Hot questions for Using Cap'n Proto in protocol buffers

Top 10 C/C++ Open Source / Cap'n Proto / protocol buffers

Question:

At the moment we are using ProtocolBuffers to exchange data between python and C++. However, we are running into the maximum filesize limitation of protocol buffers and are considering switching everything to Cap'n Proto. However, since it is somewhat related to protocol buffers, I was wondering if Cap'n Proto too has a limitation wrt to the maximum filesize?


Answer:

Cap'n Proto has a maximum file size of approximately 2^64 bytes, or 16 exbibytes -- which "should be enough for anyone". :)

Cap'n Proto is in fact an excellent format for extremely large data files, because it supports random access and lazy loading. When reading a huge Cap'n Proto file, I recommend using mmap() to map the file into memory, then passing the bytes directly to the Cap'n Proto implementation (e.g. capnp::FlatArrayMessageReader in C++). This way, only the pages of the file that you actually use will be brought into memory by the operating system. (In contrast, with Protocol Buffers, it is necessary to parse the entire file upfront into in-memory data structures before you can access any of it.)

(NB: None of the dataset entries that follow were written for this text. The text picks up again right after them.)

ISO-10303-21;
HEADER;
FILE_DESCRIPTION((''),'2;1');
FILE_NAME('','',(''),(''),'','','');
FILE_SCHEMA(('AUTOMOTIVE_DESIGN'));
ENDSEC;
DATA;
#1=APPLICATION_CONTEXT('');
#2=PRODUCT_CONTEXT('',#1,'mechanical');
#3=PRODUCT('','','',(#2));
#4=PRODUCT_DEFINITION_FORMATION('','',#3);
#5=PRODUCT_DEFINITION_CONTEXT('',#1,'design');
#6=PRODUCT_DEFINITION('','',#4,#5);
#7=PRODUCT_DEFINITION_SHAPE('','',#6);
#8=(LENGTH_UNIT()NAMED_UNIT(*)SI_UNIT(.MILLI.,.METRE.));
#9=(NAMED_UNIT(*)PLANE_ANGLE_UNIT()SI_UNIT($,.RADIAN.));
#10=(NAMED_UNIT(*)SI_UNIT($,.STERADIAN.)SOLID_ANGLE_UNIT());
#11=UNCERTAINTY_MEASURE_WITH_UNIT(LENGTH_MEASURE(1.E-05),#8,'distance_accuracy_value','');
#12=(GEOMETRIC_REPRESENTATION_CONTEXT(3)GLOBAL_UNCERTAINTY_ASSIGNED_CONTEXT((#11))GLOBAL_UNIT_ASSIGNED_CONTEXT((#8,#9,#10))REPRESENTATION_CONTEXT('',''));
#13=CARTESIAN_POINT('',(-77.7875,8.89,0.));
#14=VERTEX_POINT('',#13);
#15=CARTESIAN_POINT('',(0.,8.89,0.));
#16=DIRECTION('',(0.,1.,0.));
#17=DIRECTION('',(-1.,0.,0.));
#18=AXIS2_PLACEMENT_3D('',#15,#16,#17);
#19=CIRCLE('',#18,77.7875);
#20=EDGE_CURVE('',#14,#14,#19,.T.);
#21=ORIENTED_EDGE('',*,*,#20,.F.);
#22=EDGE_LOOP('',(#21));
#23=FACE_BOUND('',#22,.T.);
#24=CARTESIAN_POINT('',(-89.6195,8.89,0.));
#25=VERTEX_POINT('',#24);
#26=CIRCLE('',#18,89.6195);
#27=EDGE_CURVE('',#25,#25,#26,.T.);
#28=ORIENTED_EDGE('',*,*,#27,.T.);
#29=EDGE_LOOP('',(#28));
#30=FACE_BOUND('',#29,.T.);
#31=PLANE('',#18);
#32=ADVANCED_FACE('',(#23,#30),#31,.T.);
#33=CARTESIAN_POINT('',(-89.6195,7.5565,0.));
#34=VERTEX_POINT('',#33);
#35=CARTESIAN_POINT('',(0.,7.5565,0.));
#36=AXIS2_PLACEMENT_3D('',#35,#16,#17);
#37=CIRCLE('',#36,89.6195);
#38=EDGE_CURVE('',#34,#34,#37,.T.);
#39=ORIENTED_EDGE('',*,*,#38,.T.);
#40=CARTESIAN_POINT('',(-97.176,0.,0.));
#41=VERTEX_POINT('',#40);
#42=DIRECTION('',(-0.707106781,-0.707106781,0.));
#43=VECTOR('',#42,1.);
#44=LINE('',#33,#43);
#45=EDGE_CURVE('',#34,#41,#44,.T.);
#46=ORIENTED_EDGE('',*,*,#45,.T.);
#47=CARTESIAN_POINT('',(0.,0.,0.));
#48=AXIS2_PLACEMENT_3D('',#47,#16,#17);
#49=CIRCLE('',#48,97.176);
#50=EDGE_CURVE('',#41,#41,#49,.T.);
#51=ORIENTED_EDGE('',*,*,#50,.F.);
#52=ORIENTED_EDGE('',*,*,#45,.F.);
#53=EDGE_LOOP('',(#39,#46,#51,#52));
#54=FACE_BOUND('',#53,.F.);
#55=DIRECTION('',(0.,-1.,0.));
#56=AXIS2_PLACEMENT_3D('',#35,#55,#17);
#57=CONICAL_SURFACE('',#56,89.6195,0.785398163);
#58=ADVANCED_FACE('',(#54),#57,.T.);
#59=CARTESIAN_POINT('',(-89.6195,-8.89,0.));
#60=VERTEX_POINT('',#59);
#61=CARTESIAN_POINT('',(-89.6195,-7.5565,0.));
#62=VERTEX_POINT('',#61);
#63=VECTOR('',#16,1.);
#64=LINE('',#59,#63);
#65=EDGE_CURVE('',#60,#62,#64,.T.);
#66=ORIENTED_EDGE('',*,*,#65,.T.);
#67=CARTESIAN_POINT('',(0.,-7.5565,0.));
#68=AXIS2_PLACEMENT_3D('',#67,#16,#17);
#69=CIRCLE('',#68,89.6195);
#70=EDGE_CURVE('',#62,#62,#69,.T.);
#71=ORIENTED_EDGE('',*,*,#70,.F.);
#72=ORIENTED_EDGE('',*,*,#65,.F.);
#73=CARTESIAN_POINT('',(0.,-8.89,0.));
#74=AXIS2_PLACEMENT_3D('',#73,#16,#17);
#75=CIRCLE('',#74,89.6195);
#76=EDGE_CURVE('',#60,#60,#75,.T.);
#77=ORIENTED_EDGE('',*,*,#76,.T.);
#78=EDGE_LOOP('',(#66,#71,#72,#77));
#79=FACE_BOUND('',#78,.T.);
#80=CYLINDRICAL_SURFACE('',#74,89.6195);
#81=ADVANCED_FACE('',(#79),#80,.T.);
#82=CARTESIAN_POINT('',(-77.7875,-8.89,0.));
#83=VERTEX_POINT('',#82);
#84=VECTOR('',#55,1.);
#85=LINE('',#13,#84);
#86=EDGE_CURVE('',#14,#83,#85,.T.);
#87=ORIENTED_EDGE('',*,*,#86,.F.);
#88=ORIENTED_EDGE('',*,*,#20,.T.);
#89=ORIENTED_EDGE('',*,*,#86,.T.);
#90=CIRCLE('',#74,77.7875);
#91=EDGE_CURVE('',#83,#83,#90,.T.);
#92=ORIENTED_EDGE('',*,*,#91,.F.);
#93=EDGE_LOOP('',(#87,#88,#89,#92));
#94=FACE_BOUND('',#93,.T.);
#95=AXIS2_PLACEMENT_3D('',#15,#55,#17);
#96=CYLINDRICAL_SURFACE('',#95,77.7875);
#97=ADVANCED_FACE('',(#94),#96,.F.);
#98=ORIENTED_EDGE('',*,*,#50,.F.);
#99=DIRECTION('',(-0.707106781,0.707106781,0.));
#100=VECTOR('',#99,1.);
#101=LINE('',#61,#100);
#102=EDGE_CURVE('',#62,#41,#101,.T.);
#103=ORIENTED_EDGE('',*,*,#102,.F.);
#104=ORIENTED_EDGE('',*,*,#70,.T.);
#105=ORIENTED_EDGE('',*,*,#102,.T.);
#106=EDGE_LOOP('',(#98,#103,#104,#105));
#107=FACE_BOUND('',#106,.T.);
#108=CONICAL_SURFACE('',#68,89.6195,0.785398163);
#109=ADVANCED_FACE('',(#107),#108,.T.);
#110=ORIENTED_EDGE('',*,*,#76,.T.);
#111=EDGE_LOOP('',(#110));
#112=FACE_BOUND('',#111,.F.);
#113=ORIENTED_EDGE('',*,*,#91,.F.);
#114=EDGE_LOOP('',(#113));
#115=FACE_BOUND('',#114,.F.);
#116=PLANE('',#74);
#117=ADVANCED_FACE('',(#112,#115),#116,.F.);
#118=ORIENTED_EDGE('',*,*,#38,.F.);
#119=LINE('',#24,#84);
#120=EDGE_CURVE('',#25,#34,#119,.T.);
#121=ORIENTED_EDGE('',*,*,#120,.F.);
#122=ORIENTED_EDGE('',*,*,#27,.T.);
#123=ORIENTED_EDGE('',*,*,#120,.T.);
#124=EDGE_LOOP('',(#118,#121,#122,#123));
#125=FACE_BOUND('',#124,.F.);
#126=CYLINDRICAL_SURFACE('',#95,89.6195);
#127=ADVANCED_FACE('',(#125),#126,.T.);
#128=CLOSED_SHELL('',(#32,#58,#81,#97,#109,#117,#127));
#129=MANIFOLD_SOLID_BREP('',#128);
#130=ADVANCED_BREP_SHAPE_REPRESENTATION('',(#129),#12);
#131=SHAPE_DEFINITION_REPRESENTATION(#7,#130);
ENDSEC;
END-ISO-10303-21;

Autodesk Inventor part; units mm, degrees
ref_plane "YZ Plane" through (0, 0, 0) normal (1, 0, 0) x (0, 1, 0)
ref_plane "XZ Plane" through (0, 0, 0) normal (0, 1, 0) x (-1, 0, 0)
ref_plane "XY Plane" through (0, 0, 0) normal (0, 0, 1) x (1, 0, 0)
sketch "Sketch1" plane through (0, 0, 0) normal (0, 0, 1) x (1, 0, 0)
  line L0 (0, -8.2641) -> (0, 19.7359)
  line L1 (-162.5659, 0) -> (21.6343, 0) construction
  line L2 (-107.95, 8.89) -> (-107.95, -8.89) construction
  line L3 (-107.95, 8.89) -> (-90.3815, 8.89) construction
  line L4 (-90.3815, 8.89) -> (-90.3815, 7.3025) construction
  line L5 (-90.3815, 7.3025) -> (-91.504, 6.18) construction
  line L6 (-91.504, 6.18) -> (-92.9409, 7.6168) construction
  line L7 (-92.9409, 7.6168) -> (-95.186, 5.3717) construction
  line L8 (-95.186, 5.3717) -> (-93.7491, 3.9349) construction
  line L9 (-93.7491, 3.9349) -> (-97.684, 0) construction
  line L10 (-97.176, 0) -> (-84.8354, 12.3406) construction
  line L11 (-94.0634, 6.4943) -> (-92.3726, 4.8034) construction
  circle A0 centre (-93.218, 5.6489) radius 1.3081 construction
  line L12 (-90.3815, -8.89) -> (-90.3815, -7.3025) construction
  line L13 (-90.3815, -7.3025) -> (-91.504, -6.18) construction
  line L14 (-91.504, -6.18) -> (-92.9409, -7.6168) construction
  line L15 (-92.9409, -7.6168) -> (-95.186, -5.3717) construction
  line L16 (-95.186, -5.3717) -> (-93.7491, -3.9349) construction
  line L17 (-93.7491, -3.9349) -> (-97.684, 0) construction
  line L18 (-107.95, -8.89) -> (-90.3815, -8.89) construction
  line L19 (-89.6195, 8.89) -> (-89.6195, 7.5565)
  line L20 (-89.6195, 7.5565) -> (-97.176, 0)
  line L21 (-89.6195, 8.89) -> (-77.7875, 8.89)
  line L22 (-77.7875, 8.89) -> (-77.7875, -8.89)
  line L23 (-89.6195, -8.89) -> (-89.6195, -7.5565)
  line L24 (-89.6195, -7.5565) -> (-97.176, 0)
  line L25 (-89.6195, -8.89) -> (-77.7875, -8.89)
  point P0 (0, 0)
  point P1 (0, 0)
  point P2 (0, 0)
  dimension "d23" = 1.5875
  dimension "d24" = 2.032
  dimension "d25" = 45
  dimension "d26" = 0.508
  dimension "d27" = 3.175
  dimension "d28" = 2.6162
  dimension "d29" = 186.436
  dimension "d30" = 215.9
  dimension "d31" = 17.78
  dimension "d32" = 1.5875
  dimension "d33" = 0.762
  dimension "d34" = 155.575
  dimension "d35" = 17.78
revolve "Revolution1" add sketch "Sketch1" angle 360 about axis through (0, -8.2641, 0) along (0, 1, 0)
properties part number "3DPRINT,INNER-V" material "Nylon 6/6"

Note that an individual List value in a Cap'n Proto structure has a limit of 2^29-1 elements. Text and Data (strings and byte blobs) are special kinds of lists, so this implies that any single contiguous text or byte blob is limited to 512MB. However, you can have multiple such blobs, so larger data can be stored into a single file by splitting it into pieces.

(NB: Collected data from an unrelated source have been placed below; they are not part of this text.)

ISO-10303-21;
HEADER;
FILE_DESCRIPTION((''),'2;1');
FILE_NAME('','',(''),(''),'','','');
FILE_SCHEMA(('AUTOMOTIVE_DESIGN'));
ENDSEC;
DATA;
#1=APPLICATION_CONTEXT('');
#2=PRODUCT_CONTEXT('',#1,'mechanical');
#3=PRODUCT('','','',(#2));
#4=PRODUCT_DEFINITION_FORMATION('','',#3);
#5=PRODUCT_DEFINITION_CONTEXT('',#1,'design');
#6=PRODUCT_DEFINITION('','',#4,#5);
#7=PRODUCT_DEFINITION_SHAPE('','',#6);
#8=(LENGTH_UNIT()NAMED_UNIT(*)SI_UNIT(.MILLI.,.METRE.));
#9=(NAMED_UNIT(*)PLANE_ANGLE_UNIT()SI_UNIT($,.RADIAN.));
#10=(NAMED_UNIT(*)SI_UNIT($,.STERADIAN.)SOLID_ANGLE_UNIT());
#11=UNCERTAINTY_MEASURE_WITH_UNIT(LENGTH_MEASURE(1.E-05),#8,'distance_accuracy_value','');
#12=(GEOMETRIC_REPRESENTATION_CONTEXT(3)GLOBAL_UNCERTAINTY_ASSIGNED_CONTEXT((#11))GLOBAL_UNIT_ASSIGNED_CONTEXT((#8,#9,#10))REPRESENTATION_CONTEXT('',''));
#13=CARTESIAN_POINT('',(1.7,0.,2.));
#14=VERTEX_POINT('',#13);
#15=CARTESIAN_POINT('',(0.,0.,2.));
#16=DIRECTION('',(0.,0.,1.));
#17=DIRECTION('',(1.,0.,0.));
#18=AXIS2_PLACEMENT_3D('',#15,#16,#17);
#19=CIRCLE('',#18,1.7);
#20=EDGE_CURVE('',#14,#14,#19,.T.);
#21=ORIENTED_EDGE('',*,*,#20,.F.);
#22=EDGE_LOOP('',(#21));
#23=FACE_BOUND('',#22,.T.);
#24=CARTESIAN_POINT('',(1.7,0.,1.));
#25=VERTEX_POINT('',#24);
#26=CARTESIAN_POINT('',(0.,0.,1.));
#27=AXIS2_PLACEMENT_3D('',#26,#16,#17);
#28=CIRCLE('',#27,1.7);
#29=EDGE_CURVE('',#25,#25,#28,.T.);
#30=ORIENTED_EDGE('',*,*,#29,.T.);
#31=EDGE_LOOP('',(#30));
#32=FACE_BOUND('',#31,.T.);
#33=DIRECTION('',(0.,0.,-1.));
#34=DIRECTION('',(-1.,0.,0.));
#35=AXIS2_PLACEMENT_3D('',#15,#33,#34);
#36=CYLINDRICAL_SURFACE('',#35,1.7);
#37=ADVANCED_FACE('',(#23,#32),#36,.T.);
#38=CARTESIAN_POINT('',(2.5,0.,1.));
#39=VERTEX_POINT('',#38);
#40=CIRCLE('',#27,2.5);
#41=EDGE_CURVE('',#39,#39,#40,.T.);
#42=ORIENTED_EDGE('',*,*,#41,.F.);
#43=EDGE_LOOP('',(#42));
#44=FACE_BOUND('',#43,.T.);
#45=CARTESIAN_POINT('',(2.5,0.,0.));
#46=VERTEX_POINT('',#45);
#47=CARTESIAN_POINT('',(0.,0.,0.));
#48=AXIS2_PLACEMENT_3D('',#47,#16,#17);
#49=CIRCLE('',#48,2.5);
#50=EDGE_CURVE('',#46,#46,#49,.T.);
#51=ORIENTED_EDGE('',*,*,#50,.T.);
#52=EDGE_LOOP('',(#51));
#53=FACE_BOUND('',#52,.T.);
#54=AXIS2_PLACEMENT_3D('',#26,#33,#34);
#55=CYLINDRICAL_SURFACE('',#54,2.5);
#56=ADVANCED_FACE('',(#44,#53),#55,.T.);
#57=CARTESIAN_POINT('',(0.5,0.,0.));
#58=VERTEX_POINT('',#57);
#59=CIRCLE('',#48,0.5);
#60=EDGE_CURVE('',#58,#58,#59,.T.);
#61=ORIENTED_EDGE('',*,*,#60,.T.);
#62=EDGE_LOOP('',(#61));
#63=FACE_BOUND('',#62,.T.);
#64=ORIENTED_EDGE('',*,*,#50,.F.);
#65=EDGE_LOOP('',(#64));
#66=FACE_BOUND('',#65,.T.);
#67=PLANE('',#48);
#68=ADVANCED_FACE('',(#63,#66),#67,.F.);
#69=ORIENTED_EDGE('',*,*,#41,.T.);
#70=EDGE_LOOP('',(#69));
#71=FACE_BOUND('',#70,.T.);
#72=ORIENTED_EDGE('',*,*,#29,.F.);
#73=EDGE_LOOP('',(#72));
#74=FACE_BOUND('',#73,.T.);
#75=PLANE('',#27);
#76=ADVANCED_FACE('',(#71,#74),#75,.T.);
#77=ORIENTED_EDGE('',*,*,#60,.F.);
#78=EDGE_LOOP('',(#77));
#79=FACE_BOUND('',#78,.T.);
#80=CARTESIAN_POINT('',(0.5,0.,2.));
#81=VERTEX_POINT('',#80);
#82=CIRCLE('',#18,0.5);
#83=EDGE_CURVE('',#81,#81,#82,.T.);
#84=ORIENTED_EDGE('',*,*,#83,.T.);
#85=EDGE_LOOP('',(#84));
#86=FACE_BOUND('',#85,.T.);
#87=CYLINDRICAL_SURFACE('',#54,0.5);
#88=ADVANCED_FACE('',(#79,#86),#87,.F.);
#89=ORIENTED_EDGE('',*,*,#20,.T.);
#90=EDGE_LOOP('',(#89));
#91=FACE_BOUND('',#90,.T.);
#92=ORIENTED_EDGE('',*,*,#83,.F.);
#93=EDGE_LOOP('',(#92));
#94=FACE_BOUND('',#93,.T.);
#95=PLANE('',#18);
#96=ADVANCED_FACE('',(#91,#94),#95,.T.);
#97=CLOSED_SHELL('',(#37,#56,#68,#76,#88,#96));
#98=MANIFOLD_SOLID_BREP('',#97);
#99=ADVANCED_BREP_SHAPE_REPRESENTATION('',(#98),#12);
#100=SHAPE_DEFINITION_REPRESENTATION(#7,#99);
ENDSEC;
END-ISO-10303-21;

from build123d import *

# Parameters (mm, degrees)
SKETCH_1_R      = 2.5
SKETCH_1_R_2    = 0.5
EXTRUDE_1_DEPTH = 1
SKETCH_2_R      = 1.7
SKETCH_2_R_2    = 0.5
EXTRUDE_2_DEPTH = 1


with BuildPart() as part:
    # 草图1 → 凸台-拉伸1 (new body)
    with BuildSketch(Plane.XY):
        Circle(SKETCH_1_R)
        Circle(SKETCH_1_R_2, mode=Mode.SUBTRACT)
    extrude(amount=EXTRUDE_1_DEPTH)

    # 草图2 → 凸台-拉伸2 (add)
    with BuildSketch(Plane.XY.offset(1)):
        Circle(SKETCH_2_R)
        Circle(SKETCH_2_R_2, mode=Mode.SUBTRACT)
    extrude(amount=EXTRUDE_2_DEPTH)


solid = part.part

Note also that most Cap'n Proto implementations by default impose a "traversal limit" when reading a Cap'n Proto structure in order to defend against malicious data containing pointer loops. Typically this defaults to 64MiB. For larger data, you'll want to override the limit -- in C++, you'll want to pass a custom ReaderOptions to the MessageReader constructor.

Question:

When calling Cap'n Proto's writeMessageToFd(pipe, message); I get this error:

terminate called after throwing an instance of 'kj::ExceptionImpl'
  what():  src/kj/io.c++:323: failed: ::writev(fd, current, iov.end() - current): Bad file descriptor; fd = -1
stack: 0x7efead69cf89 0x7efead6a0c7f 0x7efead6a2648 0x7efead6a24f7 0x7efead8f40b7 0x7efead8f42a4 0x402c7b 0x402a36 0x4028df 0x7efeabd50e50 0x7efeabd5181a 0x7efeabd52669 0x7efeabd52a03 0x7efeabd52bb2 0x402865 0x4027ab

Answer:

You've not really asked a question, but I can tell you from that exception that you shouldn't have attempted to call writeMessageToFd with an invalid file descriptor (the exception text tells you this "Bad file descriptor; fd = -1").

You have two options: - don't call that function if pipe == -1 (probably best, you should really have checked that the call which returned pipe didn't return -1) - surround your call to writeMessageToFd() with a try/catch and handle the exception appropriately

You should really go with the former and handle a -1 value in pipe appropriately.